Es war seine zweite Reise als Bundeswirtschaftsminister (CDU) und die zweite, von der nicht zu erwarten war, dass sie einfach werden würde. Im März hatte Altmaier in Washington den US-Handelsminister Wilbur Ross getroffen und mit ihm über die Strafzölle der USA auf Stahl und Aluminium gesprochen. Ende März setzten die USA die Zölle vorerst nur für einen Monat und später für einen weiteren aus.

In Kiew und Moskau sollte es nun besonders um das Projekt Nord Stream 2 gehen: Russland plant eine zweite Rohrleitung durch die Ostsee, um von 2020 an doppelt so viel Erdgas, nämlich 110 Milliarden Kubikmeter im Jahr, nach Europa zu transportieren. Die Pipeline soll über mehr als 1200 Kilometer von einer Bucht südwestlich von St. Petersburg nach Lubmin an der Ostseeküste führen. Am Dienstag begannen vor dem Ort in Mecklenburg-Vorpommern vorbereitende Baggerarbeiten.

Ein Ziel des Projekts: Russland will über seinen Staatskonzern Gazprom die Gaslieferungen durch die Ukraine minimieren oder gar komplett einstellen – und das Nachbarland mit seinen maroden Rohren als Transitstaat für Gaslieferungen überflüssig machen. Noch verdient die Ukraine mit den Durchleitungen etwa zwei Milliarden Euro im Jahr. Sie besteht daher auf einem neuen Vertrag, auch nach Ende 2019.
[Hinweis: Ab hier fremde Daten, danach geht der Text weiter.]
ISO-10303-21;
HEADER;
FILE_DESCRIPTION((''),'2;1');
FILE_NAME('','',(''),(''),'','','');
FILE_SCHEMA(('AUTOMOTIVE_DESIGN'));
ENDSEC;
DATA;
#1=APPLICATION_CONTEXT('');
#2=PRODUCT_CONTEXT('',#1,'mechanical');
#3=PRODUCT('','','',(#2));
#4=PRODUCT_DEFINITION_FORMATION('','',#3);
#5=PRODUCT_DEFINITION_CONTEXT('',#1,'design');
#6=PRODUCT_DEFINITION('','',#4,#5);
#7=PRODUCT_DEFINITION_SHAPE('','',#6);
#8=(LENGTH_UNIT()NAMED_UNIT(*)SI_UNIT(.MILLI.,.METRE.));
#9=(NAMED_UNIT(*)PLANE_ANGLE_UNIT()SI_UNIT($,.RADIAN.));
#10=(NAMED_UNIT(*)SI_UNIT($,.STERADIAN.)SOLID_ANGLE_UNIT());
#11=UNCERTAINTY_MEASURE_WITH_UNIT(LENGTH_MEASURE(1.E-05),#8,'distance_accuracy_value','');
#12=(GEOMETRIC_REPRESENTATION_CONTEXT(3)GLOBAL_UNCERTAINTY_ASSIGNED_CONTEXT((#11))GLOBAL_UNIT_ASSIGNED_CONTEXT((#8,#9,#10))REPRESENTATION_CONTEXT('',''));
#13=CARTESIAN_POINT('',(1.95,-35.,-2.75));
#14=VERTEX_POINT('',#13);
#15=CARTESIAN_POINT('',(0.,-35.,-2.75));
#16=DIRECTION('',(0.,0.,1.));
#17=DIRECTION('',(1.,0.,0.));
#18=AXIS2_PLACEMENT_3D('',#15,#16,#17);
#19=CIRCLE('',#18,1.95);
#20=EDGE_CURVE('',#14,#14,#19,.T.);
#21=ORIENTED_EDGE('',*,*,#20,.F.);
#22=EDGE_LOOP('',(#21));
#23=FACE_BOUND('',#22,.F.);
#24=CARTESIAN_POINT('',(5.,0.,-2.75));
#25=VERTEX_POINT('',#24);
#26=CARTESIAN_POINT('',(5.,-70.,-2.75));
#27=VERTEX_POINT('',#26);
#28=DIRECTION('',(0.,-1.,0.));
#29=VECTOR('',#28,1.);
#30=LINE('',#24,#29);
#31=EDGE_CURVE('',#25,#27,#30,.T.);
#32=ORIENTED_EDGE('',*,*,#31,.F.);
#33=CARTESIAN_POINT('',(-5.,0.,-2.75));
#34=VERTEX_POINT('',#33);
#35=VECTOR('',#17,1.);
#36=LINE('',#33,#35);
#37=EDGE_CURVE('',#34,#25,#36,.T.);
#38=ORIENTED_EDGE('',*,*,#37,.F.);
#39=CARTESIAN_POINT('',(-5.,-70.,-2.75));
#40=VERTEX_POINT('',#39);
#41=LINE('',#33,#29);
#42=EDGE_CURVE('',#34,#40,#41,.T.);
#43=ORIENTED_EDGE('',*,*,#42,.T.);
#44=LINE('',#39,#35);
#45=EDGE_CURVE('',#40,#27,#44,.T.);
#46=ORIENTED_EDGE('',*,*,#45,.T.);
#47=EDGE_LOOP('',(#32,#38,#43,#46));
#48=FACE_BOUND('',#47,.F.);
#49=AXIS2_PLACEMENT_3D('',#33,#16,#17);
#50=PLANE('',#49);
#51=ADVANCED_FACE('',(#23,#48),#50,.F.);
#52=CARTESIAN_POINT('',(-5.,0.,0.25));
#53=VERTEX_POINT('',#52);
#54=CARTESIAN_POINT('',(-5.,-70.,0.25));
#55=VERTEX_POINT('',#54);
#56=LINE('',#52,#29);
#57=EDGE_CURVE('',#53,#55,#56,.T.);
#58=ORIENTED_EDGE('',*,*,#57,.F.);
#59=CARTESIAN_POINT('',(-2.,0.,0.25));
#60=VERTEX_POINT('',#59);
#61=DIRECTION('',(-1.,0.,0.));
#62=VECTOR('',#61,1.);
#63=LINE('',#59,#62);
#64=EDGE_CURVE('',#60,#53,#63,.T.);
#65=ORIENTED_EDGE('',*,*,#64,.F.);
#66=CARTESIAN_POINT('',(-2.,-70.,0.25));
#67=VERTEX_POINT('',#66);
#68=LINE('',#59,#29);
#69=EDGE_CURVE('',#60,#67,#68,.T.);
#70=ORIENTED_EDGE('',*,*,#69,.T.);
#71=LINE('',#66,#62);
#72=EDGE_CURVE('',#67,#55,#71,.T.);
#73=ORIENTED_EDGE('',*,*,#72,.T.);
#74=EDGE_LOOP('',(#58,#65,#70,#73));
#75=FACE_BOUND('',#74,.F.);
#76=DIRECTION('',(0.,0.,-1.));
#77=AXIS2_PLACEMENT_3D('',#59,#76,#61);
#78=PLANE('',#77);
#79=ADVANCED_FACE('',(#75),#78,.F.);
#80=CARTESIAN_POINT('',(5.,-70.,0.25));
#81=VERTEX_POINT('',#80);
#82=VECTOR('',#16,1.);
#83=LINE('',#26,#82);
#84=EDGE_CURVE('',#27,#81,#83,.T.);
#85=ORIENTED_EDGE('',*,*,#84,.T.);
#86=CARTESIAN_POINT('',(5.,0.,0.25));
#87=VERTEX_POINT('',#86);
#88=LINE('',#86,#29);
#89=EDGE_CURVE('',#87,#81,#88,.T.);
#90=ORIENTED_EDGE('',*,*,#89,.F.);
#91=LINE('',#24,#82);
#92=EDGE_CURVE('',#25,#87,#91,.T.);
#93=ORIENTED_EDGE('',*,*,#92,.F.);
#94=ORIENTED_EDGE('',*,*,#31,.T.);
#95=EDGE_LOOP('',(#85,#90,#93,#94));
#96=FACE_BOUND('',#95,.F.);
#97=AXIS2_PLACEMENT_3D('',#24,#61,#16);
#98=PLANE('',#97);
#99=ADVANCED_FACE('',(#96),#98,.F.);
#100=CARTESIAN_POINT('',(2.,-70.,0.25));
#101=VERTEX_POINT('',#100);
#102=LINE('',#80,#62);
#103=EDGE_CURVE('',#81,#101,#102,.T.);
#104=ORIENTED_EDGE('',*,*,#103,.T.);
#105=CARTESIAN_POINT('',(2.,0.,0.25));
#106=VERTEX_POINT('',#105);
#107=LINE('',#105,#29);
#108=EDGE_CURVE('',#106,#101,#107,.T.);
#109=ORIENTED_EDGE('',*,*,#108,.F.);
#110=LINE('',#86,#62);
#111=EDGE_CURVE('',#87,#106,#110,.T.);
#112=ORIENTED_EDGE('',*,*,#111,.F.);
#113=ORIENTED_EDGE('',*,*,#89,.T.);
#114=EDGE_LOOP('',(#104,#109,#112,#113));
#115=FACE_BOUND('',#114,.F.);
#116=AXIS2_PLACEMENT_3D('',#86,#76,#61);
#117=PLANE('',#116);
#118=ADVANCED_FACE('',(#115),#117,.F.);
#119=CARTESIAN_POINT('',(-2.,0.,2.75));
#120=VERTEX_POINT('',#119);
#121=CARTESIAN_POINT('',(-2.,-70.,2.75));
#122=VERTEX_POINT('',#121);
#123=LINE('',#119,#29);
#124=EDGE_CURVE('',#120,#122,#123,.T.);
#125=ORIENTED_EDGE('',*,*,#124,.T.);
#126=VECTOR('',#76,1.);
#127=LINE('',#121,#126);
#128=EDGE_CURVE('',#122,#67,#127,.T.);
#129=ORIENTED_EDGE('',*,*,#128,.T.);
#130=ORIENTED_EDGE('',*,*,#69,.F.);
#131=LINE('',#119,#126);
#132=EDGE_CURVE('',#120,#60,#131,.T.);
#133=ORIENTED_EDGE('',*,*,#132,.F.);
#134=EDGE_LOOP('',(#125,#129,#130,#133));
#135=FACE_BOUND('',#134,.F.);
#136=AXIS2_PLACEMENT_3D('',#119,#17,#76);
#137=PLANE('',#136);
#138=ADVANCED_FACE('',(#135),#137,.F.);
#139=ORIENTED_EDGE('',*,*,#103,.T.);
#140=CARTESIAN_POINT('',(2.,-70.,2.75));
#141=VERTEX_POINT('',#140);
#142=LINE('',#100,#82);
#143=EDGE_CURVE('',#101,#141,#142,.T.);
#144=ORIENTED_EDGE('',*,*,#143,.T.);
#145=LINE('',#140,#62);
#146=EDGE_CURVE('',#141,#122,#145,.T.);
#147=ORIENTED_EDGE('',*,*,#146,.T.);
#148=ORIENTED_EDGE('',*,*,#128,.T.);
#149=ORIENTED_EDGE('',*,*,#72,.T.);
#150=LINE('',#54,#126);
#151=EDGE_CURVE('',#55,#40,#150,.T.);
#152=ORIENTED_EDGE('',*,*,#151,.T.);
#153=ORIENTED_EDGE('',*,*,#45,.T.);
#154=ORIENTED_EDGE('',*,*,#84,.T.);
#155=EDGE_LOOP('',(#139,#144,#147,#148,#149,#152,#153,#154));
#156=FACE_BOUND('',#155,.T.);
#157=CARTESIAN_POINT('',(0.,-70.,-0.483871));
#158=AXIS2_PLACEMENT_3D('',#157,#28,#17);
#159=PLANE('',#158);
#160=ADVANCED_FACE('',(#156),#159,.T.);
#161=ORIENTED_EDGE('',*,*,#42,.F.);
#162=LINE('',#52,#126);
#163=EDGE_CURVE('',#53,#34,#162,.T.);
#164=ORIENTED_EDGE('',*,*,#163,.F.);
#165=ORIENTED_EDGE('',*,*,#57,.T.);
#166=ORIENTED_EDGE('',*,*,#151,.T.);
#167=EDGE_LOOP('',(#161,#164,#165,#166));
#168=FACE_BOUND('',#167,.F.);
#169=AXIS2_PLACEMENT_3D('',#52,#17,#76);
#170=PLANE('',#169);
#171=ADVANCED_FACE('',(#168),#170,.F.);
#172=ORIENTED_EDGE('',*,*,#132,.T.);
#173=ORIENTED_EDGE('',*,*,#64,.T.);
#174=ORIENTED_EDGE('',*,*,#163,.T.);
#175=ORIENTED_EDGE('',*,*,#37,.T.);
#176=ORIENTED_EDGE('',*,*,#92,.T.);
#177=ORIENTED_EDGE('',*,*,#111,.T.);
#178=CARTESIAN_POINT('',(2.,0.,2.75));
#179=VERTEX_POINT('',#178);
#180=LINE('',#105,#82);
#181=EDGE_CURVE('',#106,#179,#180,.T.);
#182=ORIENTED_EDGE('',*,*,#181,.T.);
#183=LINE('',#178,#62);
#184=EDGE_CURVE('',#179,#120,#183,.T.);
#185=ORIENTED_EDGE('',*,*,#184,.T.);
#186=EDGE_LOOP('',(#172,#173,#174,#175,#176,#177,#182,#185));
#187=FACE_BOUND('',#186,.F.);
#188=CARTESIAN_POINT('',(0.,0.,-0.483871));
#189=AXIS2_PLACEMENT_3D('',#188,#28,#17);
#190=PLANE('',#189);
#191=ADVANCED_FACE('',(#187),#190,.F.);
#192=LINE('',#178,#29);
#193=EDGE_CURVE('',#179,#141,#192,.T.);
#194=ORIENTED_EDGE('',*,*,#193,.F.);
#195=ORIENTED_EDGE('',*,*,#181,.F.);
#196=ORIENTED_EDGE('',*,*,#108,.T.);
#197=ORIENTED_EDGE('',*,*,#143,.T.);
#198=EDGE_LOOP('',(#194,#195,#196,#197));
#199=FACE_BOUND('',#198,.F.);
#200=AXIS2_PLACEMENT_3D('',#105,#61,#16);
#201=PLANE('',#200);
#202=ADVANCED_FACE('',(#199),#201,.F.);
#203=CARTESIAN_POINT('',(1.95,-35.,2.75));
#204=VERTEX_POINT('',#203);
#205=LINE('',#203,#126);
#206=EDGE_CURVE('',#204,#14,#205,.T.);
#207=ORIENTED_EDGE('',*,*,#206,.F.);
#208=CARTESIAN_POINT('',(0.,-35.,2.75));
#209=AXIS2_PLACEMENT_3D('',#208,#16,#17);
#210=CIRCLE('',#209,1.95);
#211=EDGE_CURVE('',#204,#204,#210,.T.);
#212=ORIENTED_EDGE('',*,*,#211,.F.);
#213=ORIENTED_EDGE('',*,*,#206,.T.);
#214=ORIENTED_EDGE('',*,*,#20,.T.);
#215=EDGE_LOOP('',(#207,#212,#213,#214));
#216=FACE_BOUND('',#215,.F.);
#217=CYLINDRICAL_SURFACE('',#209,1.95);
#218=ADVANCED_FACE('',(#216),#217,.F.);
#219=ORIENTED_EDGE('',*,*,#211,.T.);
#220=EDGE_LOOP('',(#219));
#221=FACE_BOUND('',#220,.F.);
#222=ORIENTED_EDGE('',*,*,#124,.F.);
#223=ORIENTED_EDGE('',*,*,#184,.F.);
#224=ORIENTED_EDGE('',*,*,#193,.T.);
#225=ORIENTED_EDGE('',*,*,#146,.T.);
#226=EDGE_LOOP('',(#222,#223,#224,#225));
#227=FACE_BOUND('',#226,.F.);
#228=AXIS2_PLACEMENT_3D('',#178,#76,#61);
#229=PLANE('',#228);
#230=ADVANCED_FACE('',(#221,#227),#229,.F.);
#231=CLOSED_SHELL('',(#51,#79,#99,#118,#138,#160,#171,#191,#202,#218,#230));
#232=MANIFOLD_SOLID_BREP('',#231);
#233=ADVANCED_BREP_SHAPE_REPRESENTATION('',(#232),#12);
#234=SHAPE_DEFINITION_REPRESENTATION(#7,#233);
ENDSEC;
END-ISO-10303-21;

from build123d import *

# Parameters (mm, degrees)
F1_DEPTH = 70
F2_R     = 1.95
F3_DEPTH = 25


with BuildPart() as f1:
    # F0 (on Front) → F1 (new body)
    with BuildSketch(Plane.XZ):
        Polygon((-5, 0.25), (-5, -2.75), (5, -2.75), (5, 0.25), (2.115, 0.25), (2, 0.25), (2, 2.75), (0, 2.75), (-2, 2.75), (-2, 0.25), align=None)
    extrude(amount=F1_DEPTH)

    # F2 (on face) → F3 (cut)
    with BuildSketch(Plane.XY.offset(2.75)):
        with Locations((0, -35)):
            Circle(F2_R)
    extrude(amount=-F3_DEPTH, mode=Mode.SUBTRACT)


solid = f1.part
Peter Altmaier knüpfte bei seiner Reise in die beiden Länder daran an, womit er sich seit seiner Zeit als Bundesumweltminister den Ruf eines Vermittlers erworben hat: mit anderen sprechen, Argumente vorbringen, auf eine Einigung hinarbeiten, und wenn es sein muss, diese Schritte so lange wiederholen, bis sich abzeichnet, dass sie wirken.

In Kiew traf er am Montag darum zunächst den ukrainischen Premierminister Wolodymyr Hrojsman. Die Wolken hingen tief und dunkel, Altmaiers Stimmung aber war gut. Schließlich sei er zu „Besuch bei Freunden“, wie er mehrfach betonte. Geduldig wartete er in dem großen Konferenzraum, in dem auch die ukrainische Regierung in tiefen Ledersesseln tagt.
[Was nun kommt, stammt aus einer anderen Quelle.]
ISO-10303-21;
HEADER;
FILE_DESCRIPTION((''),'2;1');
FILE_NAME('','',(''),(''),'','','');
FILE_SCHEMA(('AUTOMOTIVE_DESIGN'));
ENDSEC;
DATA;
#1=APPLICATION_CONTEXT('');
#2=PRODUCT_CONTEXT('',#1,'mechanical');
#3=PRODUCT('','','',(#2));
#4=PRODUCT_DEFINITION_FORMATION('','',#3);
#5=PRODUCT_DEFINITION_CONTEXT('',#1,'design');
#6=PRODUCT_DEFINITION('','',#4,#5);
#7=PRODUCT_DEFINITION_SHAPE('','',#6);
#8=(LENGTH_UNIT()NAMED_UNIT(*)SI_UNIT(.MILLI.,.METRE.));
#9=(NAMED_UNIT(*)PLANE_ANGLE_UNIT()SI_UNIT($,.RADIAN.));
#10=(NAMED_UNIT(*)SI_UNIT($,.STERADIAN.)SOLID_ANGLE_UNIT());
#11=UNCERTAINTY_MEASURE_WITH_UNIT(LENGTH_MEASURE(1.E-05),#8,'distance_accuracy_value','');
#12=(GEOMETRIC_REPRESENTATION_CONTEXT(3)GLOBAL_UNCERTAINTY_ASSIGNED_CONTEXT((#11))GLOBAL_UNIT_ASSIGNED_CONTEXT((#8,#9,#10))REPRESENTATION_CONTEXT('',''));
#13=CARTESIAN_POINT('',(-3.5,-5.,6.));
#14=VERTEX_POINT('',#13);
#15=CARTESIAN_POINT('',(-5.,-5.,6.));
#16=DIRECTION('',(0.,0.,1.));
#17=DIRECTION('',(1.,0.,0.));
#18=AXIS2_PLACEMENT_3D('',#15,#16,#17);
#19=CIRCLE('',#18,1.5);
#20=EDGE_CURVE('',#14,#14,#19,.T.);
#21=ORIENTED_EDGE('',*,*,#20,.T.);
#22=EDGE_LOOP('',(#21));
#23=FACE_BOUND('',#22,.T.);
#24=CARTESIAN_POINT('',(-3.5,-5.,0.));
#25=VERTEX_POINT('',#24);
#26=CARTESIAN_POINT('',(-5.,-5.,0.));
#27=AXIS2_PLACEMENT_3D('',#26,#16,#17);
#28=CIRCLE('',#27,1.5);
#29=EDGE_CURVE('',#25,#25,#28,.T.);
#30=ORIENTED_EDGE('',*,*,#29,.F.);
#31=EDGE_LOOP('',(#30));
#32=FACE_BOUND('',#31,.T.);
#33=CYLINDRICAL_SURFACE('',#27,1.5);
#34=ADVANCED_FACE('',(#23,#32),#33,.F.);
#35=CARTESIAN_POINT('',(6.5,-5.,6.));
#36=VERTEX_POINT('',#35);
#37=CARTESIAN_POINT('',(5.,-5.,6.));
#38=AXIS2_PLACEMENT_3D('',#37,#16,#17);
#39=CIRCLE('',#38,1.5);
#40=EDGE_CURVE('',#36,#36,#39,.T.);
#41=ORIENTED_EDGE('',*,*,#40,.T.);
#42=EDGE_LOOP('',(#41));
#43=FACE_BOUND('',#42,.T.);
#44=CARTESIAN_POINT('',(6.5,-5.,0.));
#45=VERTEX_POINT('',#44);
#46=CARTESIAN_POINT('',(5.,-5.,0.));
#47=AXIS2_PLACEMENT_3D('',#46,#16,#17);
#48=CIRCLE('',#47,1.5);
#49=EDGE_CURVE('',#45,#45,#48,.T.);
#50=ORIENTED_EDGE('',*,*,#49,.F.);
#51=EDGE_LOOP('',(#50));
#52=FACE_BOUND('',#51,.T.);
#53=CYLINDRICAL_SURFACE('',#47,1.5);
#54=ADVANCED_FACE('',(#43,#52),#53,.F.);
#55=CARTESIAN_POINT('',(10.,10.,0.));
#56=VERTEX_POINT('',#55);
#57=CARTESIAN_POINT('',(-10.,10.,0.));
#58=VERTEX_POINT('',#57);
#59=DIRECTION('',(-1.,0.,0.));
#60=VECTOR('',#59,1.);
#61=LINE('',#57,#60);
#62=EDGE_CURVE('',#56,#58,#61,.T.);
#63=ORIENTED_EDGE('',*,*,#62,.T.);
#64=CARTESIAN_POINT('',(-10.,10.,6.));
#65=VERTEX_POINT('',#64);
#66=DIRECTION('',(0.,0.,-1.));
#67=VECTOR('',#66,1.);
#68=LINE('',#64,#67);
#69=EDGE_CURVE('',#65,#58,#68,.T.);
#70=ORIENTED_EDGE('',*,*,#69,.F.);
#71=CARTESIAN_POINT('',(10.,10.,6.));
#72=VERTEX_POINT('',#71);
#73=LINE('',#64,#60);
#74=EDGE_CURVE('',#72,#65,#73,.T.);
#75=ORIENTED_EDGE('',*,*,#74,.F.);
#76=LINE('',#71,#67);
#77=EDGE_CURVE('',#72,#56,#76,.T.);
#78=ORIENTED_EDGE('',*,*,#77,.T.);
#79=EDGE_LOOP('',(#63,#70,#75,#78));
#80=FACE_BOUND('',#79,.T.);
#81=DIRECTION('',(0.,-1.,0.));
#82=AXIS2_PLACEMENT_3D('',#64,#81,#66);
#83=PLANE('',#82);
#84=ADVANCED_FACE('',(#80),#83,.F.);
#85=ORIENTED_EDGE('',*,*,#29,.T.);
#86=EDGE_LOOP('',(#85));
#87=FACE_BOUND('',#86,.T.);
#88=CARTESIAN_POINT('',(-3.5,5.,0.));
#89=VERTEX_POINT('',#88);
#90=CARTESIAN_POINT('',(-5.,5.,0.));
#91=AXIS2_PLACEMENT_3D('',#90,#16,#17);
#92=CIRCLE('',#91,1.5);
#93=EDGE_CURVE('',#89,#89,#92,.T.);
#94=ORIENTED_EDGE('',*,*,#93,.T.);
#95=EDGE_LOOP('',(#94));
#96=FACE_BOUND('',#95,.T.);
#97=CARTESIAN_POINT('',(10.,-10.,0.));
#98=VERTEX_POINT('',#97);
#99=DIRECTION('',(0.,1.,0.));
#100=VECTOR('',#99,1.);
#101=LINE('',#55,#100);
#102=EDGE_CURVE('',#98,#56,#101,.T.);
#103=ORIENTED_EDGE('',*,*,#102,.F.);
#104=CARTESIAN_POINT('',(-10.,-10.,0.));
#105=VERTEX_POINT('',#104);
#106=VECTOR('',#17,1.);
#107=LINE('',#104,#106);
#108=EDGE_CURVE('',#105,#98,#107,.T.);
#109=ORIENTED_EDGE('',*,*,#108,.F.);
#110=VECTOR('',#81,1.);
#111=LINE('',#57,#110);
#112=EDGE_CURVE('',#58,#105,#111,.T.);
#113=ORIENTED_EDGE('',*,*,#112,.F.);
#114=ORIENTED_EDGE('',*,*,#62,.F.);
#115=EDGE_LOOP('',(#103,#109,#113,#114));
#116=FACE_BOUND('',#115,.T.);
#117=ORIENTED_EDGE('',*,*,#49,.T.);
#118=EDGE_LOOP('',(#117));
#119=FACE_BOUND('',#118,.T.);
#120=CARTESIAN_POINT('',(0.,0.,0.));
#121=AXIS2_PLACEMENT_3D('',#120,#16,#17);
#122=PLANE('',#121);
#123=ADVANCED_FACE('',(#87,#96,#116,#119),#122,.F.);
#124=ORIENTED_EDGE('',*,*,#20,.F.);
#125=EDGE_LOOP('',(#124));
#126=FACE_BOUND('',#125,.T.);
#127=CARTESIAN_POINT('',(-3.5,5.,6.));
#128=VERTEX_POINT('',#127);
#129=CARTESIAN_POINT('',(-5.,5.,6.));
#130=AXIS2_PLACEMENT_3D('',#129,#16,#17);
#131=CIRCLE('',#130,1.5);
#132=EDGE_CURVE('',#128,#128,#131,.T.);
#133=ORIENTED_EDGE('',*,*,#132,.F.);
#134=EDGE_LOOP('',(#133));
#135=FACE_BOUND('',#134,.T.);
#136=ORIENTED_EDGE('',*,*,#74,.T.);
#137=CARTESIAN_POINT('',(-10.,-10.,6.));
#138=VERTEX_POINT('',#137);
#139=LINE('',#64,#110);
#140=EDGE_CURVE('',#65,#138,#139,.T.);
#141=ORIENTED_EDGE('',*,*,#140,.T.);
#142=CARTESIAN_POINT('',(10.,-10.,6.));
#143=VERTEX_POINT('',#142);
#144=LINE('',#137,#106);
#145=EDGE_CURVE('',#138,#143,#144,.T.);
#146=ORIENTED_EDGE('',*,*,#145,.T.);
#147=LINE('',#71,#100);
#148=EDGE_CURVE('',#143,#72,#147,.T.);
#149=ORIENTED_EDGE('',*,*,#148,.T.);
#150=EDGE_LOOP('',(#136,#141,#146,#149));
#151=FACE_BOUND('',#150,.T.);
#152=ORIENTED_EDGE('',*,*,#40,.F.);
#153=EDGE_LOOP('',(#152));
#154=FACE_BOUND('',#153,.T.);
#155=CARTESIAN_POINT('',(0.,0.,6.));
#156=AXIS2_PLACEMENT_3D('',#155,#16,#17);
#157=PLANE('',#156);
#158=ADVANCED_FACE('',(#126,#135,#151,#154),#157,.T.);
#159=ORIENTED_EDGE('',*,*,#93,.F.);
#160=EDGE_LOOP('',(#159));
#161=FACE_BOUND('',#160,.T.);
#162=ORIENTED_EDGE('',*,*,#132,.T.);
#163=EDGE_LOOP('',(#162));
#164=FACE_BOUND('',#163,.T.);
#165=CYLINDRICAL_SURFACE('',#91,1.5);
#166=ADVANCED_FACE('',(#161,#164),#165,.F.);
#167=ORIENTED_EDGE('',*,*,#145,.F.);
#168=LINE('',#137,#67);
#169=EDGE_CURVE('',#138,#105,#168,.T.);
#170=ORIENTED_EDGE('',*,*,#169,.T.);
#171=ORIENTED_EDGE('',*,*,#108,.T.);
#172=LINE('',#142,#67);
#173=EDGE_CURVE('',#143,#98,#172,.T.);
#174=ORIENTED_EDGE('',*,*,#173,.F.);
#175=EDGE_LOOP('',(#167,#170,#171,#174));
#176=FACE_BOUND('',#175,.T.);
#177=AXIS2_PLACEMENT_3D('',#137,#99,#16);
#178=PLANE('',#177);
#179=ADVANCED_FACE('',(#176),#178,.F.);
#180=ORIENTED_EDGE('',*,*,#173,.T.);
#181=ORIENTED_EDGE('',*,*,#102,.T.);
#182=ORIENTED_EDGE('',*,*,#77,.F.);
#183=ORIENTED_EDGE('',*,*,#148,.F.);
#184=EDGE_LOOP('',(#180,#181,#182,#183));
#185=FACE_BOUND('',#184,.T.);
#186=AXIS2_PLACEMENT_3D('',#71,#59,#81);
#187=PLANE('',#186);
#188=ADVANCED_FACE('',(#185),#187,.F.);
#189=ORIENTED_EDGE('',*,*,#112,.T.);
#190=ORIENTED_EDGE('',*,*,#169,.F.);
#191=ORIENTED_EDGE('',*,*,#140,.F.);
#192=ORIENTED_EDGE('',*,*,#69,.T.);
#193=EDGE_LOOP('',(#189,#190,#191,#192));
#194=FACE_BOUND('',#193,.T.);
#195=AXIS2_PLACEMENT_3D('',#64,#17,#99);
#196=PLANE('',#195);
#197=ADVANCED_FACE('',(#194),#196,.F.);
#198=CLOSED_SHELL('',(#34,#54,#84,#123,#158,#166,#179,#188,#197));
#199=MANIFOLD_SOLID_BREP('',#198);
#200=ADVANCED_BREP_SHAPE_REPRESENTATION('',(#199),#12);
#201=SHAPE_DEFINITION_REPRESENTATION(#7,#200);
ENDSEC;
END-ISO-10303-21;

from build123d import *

# Parameters (mm, degrees)
ESQUISSE1_W             = 20
ESQUISSE1_H             = 20
BOSS_EXTRU_1_DEPTH      = 6
ESQUISSE2_R             = 1.5
ENL_V_MAT_EXTRU_1_DEPTH = 6


with BuildPart() as part:
    # Esquisse1 → Boss.-Extru.1 (new body)
    with BuildSketch(Plane.XY):
        Rectangle(ESQUISSE1_W, ESQUISSE1_H)
    extrude(amount=BOSS_EXTRU_1_DEPTH)

    # Esquisse2 → Enlèv. mat.-Extru.1 (cut)
    with BuildSketch(Plane.XY.offset(6)):
        with Locations((-5, 5)):
            Circle(ESQUISSE2_R)
        with Locations((-5, -5)):
            Circle(ESQUISSE2_R)
        with Locations((5, -5)):
            Circle(ESQUISSE2_R)
    extrude(amount=-ENL_V_MAT_EXTRU_1_DEPTH, mode=Mode.SUBTRACT)


solid = part.part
„Ich habe der Ukraine zugesagt, dass wir in allen Gesprächen, auch im Hinblick auf Energieprojekte wie Nord Stream 2, das berechtigte Interesse der Ukraine nach Versorgungssicherheit berücksichtigen werden“, sagte Altmaier nach dem Treffen. Man wolle sicherstellen, „dass ein vernünftiger Gastransit durch die Ukraine auch nach Fertigstellung von Nord Stream 2 gesichert und gewährleistet ist“.

Sprach's und machte sich auf nach Moskau, um zu ermitteln, ob, und wenn ja, wie er die russische Seite davon überzeugen könne.